▶ [What to do]: Among the records below, find the line that has "v 16.5 5.534 -3.557"; from there, give the lines again exactly, and stop after the line that has "v -7 -1.113 -4.875".

[Stored items]
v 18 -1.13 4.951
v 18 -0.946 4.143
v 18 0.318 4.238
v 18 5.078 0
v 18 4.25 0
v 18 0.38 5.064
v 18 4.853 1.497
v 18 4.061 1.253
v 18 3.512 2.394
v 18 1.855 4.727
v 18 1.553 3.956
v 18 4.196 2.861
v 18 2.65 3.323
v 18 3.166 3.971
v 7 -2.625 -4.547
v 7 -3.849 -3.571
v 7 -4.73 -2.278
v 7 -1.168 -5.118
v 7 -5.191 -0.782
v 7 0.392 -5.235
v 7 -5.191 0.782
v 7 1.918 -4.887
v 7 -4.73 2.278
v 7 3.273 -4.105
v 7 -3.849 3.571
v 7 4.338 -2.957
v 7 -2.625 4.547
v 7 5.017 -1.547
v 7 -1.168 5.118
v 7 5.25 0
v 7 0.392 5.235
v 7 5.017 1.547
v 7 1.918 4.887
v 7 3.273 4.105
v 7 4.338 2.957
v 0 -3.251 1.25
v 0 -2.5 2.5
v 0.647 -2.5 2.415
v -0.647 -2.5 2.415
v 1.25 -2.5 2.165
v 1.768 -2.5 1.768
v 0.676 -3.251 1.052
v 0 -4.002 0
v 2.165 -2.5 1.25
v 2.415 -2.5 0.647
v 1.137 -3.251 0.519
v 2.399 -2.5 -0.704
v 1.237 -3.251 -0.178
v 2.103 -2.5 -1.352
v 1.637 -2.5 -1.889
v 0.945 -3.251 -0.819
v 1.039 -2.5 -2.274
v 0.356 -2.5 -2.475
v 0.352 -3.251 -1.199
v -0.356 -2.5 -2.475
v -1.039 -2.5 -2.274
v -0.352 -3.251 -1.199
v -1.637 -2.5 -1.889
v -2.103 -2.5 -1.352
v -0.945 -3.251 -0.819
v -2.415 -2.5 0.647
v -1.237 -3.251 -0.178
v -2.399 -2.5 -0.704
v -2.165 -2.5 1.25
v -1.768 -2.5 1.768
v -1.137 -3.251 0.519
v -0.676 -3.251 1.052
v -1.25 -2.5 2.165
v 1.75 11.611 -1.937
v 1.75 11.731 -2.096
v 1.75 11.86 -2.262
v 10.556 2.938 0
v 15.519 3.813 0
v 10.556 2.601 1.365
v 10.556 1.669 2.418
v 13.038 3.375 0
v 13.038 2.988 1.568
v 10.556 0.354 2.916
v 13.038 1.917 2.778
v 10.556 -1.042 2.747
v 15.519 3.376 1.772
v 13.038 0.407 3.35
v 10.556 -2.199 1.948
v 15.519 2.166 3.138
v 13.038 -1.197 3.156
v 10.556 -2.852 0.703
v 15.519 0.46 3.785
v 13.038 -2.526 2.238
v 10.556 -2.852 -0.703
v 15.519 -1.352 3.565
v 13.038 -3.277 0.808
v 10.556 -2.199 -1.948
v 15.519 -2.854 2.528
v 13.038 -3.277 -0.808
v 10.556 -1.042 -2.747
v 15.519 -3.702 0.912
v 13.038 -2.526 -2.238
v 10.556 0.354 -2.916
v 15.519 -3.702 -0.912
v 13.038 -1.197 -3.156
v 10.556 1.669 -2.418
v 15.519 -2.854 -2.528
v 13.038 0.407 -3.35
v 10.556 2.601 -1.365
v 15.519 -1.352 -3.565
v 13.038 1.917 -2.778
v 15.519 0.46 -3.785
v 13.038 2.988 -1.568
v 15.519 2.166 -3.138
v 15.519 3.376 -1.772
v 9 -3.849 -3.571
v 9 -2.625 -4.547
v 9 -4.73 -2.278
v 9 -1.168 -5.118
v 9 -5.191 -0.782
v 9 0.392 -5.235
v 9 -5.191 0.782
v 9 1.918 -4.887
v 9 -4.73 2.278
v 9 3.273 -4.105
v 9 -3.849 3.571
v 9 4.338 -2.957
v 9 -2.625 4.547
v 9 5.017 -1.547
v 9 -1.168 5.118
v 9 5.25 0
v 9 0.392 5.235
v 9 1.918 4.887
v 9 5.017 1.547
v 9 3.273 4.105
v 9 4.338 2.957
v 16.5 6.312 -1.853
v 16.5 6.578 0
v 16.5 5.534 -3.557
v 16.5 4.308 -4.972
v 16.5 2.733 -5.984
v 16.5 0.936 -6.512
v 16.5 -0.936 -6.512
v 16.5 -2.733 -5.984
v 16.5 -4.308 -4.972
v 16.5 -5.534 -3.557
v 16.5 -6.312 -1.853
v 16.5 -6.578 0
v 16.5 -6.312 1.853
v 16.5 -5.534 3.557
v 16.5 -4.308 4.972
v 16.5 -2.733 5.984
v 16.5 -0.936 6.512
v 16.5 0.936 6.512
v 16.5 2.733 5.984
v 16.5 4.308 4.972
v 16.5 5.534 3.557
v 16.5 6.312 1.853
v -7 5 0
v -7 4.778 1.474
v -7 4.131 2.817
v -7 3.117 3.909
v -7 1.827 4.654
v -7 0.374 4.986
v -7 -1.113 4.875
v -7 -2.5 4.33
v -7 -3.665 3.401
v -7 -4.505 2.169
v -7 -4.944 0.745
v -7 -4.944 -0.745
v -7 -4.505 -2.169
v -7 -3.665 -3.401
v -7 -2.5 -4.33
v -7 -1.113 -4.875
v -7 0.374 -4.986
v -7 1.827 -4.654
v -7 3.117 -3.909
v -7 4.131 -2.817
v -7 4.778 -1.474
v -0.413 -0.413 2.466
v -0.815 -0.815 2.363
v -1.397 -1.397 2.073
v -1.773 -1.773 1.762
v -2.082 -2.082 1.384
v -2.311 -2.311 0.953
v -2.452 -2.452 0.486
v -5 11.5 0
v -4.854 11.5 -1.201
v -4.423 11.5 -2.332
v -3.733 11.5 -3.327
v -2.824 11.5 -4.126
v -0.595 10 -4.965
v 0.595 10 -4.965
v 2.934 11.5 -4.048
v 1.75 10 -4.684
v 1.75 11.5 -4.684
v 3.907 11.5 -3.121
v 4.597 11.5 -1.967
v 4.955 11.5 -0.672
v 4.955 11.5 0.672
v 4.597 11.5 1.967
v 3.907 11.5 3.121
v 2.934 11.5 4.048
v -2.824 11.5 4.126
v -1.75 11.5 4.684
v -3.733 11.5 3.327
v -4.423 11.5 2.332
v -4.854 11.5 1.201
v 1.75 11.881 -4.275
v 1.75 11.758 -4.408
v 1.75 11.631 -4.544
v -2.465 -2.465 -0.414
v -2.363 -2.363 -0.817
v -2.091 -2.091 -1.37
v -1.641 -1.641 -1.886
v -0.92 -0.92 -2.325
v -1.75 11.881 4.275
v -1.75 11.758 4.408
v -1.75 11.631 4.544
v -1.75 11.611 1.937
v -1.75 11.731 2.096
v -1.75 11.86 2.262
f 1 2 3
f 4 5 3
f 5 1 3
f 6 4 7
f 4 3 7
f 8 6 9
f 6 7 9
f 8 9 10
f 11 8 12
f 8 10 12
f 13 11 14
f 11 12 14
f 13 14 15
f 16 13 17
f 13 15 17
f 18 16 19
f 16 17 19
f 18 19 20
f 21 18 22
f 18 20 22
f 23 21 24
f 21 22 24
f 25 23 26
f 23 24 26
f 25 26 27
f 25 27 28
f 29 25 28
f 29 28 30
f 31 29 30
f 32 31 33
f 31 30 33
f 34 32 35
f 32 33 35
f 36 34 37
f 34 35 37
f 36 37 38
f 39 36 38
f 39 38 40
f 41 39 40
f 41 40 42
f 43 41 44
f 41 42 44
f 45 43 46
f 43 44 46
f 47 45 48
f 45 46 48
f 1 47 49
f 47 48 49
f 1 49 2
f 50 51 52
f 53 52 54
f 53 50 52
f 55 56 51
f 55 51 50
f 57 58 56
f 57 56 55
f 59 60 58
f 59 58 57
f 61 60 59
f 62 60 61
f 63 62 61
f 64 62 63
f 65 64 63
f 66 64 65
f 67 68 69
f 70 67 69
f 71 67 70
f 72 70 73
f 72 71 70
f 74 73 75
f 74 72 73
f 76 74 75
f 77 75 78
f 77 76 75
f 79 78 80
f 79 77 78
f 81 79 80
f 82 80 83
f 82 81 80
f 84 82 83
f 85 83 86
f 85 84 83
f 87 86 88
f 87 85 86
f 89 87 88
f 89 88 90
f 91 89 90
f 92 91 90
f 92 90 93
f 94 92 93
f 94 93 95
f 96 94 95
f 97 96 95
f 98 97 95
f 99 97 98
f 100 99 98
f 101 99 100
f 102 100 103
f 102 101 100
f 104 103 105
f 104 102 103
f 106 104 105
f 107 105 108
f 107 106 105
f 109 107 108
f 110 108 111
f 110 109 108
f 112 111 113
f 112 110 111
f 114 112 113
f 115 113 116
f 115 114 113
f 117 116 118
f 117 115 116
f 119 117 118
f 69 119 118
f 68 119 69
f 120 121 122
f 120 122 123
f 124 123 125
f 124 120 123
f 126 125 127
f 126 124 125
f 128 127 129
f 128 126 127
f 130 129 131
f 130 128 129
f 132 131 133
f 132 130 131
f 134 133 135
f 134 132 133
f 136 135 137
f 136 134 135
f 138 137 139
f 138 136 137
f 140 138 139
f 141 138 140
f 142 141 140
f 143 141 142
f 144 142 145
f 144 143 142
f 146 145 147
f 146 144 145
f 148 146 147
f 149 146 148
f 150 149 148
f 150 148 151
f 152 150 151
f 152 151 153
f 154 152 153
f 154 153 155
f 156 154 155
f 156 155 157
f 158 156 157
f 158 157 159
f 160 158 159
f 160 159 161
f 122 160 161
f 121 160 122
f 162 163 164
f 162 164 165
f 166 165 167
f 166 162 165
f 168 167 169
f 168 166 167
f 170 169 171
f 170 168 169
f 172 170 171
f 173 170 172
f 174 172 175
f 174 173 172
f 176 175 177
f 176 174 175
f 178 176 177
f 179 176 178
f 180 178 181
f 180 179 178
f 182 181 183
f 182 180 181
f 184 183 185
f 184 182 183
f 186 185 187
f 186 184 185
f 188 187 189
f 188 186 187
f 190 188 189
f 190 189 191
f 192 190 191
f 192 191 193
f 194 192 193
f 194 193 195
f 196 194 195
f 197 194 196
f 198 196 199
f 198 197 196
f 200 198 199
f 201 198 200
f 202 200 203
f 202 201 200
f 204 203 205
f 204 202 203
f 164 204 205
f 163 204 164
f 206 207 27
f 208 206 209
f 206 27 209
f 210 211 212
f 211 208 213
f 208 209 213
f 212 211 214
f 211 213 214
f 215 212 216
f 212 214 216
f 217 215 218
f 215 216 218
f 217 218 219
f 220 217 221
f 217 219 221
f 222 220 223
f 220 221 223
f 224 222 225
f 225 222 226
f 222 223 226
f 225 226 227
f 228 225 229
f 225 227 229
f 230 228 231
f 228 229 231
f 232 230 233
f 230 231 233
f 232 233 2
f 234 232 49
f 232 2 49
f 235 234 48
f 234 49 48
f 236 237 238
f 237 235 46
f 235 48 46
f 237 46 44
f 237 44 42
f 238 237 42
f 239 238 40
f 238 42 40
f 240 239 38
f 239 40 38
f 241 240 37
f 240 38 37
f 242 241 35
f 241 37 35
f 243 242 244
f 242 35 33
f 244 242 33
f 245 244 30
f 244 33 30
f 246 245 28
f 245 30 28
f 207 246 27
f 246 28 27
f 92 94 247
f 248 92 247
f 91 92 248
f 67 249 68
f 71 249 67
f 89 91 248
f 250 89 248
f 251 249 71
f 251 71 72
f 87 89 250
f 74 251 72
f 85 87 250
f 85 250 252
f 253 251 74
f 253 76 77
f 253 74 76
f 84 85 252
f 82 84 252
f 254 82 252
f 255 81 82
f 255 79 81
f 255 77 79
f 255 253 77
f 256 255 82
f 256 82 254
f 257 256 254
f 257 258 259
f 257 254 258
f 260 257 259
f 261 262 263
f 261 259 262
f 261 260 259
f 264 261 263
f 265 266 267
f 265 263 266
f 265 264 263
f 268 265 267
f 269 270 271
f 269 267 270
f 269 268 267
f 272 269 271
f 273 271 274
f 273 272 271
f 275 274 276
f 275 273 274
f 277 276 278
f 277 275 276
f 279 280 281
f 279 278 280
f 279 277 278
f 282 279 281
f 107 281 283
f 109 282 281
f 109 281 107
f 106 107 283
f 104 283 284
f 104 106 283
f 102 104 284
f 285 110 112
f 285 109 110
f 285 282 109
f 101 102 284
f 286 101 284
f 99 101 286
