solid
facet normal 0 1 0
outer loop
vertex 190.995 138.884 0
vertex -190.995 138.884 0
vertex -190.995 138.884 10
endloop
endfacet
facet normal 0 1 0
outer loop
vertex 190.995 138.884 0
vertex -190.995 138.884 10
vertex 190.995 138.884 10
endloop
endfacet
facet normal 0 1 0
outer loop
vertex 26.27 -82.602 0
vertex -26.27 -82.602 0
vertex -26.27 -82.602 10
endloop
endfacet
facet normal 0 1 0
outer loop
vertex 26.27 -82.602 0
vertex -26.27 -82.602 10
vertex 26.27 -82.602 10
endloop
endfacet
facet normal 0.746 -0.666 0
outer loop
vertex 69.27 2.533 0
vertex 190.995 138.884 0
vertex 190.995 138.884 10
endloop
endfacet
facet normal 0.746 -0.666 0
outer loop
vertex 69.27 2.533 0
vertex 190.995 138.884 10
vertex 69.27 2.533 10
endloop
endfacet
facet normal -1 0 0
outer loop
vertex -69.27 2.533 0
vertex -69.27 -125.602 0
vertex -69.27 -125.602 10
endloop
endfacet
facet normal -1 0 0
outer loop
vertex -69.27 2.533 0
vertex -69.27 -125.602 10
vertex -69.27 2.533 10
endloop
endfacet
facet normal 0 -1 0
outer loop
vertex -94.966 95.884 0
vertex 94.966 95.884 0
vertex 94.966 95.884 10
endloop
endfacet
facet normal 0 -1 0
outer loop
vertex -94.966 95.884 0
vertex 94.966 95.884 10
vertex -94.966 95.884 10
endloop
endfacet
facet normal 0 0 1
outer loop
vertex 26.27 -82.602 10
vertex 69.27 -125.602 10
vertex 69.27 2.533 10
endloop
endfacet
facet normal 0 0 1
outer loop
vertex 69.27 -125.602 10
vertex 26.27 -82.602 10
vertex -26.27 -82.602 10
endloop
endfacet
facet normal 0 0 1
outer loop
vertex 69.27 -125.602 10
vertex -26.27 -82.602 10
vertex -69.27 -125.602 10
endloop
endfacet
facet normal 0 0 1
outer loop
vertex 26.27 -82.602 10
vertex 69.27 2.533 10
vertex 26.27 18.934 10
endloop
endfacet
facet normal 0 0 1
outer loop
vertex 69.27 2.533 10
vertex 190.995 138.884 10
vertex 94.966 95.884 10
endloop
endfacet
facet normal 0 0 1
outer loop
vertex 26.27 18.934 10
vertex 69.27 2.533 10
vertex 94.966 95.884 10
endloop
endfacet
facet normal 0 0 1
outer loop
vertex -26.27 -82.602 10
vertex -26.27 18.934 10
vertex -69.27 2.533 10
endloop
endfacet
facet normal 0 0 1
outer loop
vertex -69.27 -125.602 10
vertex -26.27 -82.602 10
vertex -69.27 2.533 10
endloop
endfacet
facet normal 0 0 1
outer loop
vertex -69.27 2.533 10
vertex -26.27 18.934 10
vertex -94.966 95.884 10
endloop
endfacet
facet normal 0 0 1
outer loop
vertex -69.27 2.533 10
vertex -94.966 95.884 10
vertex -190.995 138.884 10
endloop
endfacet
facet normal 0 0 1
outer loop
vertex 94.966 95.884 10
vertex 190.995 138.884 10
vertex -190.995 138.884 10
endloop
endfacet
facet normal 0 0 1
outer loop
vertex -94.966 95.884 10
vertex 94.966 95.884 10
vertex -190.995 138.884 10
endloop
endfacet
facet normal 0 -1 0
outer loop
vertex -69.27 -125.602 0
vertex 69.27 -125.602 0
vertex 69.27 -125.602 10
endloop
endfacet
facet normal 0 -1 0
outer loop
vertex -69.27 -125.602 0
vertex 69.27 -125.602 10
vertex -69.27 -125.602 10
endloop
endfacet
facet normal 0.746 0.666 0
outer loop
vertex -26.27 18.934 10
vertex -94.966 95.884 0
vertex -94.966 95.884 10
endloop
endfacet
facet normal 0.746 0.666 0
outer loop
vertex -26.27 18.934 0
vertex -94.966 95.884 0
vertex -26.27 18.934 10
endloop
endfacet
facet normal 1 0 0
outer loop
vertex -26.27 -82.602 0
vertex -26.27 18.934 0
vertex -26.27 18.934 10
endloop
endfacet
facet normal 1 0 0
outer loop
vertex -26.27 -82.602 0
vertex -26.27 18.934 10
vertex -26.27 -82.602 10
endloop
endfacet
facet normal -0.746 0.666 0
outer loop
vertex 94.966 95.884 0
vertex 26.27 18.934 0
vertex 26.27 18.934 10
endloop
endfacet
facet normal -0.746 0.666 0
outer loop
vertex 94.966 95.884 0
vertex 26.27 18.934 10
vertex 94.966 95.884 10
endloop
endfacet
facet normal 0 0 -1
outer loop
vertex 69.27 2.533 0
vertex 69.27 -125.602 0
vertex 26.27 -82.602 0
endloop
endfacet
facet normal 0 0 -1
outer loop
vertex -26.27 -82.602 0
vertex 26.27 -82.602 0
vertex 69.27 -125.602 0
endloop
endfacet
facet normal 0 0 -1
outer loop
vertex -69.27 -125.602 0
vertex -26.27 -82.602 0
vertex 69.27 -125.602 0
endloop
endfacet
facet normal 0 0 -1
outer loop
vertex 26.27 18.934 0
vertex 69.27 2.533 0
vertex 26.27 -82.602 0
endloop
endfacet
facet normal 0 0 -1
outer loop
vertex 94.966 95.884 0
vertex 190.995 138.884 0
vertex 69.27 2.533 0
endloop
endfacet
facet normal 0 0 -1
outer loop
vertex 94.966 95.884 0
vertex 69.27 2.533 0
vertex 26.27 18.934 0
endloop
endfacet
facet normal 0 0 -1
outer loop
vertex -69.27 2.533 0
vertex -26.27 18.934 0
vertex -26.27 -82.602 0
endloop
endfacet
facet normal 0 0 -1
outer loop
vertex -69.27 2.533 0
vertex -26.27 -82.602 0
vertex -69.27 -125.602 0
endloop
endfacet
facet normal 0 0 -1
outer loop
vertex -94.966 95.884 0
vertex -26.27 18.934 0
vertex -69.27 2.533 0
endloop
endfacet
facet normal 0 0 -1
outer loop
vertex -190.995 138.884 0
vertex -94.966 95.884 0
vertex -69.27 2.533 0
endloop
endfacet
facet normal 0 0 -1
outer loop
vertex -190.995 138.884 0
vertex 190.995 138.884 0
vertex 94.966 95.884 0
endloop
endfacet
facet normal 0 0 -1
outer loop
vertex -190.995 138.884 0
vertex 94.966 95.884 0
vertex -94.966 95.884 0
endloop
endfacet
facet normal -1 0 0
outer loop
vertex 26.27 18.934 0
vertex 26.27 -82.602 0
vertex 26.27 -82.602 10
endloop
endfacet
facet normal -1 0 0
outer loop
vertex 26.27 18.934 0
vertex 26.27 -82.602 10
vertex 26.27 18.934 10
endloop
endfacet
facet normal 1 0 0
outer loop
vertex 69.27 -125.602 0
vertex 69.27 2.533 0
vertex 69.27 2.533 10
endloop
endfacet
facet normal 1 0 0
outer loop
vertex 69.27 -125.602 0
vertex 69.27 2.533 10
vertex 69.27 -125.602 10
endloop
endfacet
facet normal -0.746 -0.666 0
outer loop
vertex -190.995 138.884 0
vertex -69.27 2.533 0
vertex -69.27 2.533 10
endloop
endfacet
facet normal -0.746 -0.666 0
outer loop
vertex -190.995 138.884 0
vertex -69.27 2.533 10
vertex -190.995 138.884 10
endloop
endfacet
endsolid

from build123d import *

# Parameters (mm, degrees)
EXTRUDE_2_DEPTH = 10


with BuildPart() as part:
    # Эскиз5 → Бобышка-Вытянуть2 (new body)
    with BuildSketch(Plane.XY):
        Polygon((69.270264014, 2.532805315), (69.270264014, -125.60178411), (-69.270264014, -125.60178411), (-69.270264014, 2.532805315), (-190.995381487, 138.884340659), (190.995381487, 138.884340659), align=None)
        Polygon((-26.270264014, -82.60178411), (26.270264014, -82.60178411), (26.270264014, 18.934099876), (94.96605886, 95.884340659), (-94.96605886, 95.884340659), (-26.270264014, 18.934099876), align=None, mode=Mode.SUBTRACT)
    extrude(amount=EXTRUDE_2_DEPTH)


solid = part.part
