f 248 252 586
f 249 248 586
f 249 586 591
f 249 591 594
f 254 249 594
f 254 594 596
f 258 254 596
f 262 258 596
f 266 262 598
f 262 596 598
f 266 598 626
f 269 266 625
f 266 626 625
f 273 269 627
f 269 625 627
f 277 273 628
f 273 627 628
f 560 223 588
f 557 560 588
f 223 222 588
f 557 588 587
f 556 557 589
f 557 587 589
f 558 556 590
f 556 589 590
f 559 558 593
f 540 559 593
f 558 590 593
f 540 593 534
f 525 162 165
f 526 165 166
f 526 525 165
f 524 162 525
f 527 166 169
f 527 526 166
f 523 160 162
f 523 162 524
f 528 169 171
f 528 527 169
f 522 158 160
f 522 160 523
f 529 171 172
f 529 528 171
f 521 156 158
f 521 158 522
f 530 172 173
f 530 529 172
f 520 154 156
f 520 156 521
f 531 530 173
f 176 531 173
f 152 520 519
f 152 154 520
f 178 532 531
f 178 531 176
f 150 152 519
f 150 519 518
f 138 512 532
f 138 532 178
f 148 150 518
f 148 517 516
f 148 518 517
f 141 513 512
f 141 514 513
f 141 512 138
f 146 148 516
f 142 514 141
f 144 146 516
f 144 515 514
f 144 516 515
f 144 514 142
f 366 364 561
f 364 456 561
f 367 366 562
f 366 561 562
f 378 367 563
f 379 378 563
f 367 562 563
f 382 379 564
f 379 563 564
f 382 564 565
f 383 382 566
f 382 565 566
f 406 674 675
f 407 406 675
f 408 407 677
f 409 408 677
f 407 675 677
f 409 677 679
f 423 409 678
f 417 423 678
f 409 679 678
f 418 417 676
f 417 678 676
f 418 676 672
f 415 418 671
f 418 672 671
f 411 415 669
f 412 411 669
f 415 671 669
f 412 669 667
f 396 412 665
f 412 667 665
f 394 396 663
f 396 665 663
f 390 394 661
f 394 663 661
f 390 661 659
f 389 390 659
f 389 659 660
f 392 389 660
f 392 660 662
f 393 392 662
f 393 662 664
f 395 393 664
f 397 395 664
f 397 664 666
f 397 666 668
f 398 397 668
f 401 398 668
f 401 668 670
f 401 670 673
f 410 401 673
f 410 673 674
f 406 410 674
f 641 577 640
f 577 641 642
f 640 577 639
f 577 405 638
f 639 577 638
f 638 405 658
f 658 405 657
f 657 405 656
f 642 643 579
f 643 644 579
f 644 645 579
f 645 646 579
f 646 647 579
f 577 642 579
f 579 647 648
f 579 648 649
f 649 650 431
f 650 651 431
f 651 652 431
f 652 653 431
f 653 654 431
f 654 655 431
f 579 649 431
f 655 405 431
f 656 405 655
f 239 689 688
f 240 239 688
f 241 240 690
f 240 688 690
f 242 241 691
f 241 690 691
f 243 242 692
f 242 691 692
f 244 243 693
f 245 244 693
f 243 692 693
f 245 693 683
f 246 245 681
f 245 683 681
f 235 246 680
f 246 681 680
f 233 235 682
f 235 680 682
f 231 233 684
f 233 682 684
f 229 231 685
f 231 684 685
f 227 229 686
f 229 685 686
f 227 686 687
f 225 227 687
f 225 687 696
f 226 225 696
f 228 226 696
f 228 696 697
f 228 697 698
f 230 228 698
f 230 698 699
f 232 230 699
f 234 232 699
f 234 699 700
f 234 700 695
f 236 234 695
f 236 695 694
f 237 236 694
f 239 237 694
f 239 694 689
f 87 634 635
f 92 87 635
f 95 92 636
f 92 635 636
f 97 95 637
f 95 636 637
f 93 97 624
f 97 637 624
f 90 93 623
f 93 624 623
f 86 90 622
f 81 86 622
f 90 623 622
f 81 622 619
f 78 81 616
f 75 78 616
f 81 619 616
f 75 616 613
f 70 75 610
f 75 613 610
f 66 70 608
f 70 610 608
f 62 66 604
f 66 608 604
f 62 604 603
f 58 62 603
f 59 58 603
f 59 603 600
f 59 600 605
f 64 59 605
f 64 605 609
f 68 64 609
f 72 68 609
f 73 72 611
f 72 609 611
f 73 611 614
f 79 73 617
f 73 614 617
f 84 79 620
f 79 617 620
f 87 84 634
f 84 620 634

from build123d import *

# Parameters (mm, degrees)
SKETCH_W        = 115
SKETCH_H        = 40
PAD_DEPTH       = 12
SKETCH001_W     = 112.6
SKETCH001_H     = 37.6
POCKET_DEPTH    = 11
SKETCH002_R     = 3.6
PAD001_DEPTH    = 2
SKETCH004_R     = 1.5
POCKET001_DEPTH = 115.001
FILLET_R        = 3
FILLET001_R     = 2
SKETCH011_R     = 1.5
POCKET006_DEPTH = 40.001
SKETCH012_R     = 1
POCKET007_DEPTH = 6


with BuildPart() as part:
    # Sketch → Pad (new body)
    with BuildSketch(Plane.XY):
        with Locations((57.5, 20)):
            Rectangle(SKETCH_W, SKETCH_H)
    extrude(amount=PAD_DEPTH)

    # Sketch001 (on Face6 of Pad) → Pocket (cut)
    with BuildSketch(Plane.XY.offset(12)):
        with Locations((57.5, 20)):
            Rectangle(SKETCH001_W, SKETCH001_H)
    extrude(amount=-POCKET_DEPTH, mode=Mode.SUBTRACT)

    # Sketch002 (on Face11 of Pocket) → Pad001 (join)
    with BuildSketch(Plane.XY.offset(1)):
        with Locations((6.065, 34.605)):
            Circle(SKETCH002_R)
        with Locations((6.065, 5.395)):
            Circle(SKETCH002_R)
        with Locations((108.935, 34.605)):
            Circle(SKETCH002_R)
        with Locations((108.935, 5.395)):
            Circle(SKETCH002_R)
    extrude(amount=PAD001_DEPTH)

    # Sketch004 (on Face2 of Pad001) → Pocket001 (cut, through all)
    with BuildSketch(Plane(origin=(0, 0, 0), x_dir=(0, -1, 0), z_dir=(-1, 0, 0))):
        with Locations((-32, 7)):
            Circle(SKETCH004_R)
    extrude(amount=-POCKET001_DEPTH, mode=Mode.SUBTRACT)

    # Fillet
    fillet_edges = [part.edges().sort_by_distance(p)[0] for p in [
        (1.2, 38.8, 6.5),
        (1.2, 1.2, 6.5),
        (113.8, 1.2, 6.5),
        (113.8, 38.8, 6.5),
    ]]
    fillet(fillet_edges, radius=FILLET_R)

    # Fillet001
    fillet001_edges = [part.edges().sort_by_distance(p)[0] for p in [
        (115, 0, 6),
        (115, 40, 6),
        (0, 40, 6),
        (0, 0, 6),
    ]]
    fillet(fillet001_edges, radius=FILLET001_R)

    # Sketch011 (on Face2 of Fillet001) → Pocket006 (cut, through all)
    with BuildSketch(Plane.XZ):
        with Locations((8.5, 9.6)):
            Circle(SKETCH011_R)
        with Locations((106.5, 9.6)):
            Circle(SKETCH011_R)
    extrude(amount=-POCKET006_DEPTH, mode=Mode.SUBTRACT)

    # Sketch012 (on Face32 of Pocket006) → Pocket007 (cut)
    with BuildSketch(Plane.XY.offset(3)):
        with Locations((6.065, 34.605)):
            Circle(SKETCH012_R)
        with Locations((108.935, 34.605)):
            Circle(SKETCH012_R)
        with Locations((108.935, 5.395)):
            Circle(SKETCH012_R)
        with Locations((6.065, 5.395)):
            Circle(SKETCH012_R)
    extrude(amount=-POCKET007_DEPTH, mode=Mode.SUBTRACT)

▶ [Problem solution]:
v 16.5 5.534 -3.557
v 16.5 4.308 -4.972
v 16.5 2.733 -5.984
v 16.5 0.936 -6.512
v 16.5 -0.936 -6.512
v 16.5 -2.733 -5.984
v 16.5 -4.308 -4.972
v 16.5 -5.534 -3.557
v 16.5 -6.312 -1.853
v 16.5 -6.578 0
v 16.5 -6.312 1.853
v 16.5 -5.534 3.557
v 16.5 -4.308 4.972
v 16.5 -2.733 5.984
v 16.5 -0.936 6.512
v 16.5 0.936 6.512
v 16.5 2.733 5.984
v 16.5 4.308 4.972
v 16.5 5.534 3.557
v 16.5 6.312 1.853
v -7 5 0
v -7 4.778 1.474
v -7 4.131 2.817
v -7 3.117 3.909
v -7 1.827 4.654
v -7 0.374 4.986
v -7 -1.113 4.875
v -7 -2.5 4.33
v -7 -3.665 3.401
v -7 -4.505 2.169
v -7 -4.944 0.745
v -7 -4.944 -0.745
v -7 -4.505 -2.169
v -7 -3.665 -3.401
v -7 -2.5 -4.33
v -7 -1.113 -4.875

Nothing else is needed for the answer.